Across the entries below, please work out how many lines contain the string "with" and give only the number.

====

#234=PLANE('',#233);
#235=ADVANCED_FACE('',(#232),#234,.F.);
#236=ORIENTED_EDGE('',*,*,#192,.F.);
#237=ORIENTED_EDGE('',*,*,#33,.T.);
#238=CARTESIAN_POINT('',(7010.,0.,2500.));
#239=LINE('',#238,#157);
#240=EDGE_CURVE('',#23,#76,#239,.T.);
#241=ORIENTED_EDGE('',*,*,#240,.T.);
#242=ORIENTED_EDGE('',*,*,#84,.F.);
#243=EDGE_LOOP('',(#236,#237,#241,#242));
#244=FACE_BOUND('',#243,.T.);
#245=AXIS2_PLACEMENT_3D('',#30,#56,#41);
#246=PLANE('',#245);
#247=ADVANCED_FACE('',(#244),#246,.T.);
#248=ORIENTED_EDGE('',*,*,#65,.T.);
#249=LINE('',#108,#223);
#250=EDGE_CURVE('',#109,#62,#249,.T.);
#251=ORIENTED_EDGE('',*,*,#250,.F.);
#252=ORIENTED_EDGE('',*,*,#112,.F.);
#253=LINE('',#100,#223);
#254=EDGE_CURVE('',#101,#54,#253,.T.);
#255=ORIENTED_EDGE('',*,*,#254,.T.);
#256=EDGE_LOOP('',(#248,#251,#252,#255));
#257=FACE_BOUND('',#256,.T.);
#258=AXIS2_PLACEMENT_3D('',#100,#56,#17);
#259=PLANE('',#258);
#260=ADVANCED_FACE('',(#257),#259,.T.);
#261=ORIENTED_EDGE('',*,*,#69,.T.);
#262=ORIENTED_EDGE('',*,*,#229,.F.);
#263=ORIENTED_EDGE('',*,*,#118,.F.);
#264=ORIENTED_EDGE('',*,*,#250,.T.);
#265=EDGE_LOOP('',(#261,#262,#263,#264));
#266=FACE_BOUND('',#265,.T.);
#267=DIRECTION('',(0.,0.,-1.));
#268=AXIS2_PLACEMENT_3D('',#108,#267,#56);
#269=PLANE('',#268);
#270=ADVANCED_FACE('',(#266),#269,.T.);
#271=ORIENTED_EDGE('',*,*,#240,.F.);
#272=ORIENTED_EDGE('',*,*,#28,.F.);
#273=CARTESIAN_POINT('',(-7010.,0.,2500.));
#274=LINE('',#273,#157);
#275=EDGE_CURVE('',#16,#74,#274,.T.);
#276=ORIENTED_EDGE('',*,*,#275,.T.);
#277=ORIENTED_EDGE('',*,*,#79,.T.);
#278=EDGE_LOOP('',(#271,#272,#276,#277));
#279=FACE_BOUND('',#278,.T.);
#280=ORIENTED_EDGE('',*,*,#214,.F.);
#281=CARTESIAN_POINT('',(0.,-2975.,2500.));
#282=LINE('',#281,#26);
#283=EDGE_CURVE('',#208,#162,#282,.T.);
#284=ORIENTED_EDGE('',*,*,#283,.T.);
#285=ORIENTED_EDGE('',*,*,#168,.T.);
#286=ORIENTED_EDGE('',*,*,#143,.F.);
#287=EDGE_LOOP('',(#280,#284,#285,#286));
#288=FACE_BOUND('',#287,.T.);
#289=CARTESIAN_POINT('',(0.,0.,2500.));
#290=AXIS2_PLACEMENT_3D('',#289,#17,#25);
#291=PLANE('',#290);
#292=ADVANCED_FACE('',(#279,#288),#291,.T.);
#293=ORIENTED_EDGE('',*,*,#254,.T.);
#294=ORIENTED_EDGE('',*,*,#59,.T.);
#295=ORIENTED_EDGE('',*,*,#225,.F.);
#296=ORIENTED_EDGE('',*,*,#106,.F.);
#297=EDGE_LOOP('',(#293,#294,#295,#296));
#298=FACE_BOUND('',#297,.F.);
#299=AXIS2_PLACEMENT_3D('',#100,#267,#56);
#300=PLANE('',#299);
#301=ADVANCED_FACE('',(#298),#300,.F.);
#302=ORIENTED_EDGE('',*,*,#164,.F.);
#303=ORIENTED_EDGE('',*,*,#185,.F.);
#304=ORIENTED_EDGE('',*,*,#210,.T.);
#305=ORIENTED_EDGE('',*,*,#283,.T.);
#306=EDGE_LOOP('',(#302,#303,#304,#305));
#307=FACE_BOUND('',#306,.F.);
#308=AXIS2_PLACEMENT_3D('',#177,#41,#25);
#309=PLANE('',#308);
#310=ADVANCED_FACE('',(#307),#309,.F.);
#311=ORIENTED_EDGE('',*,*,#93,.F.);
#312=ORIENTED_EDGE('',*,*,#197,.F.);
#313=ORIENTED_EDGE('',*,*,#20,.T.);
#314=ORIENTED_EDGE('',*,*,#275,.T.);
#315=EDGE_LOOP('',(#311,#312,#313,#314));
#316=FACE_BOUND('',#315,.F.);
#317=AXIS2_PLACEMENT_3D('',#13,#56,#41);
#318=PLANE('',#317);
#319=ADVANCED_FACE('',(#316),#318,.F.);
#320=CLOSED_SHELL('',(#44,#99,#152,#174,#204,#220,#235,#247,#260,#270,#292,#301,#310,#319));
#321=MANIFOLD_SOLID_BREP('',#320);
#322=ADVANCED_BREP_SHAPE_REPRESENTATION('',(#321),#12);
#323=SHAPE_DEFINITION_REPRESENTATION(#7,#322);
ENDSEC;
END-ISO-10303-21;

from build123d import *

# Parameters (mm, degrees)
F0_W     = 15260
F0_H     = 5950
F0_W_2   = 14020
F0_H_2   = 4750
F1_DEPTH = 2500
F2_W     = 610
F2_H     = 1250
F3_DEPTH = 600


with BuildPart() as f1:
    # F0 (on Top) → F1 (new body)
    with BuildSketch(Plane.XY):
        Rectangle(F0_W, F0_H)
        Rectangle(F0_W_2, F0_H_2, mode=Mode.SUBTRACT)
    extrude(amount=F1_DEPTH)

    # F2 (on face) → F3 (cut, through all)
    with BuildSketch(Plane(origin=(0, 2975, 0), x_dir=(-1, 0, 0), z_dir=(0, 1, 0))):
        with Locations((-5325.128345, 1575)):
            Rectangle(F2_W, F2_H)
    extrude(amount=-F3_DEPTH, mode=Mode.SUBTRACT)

====

# [ANSWER SECTION]
4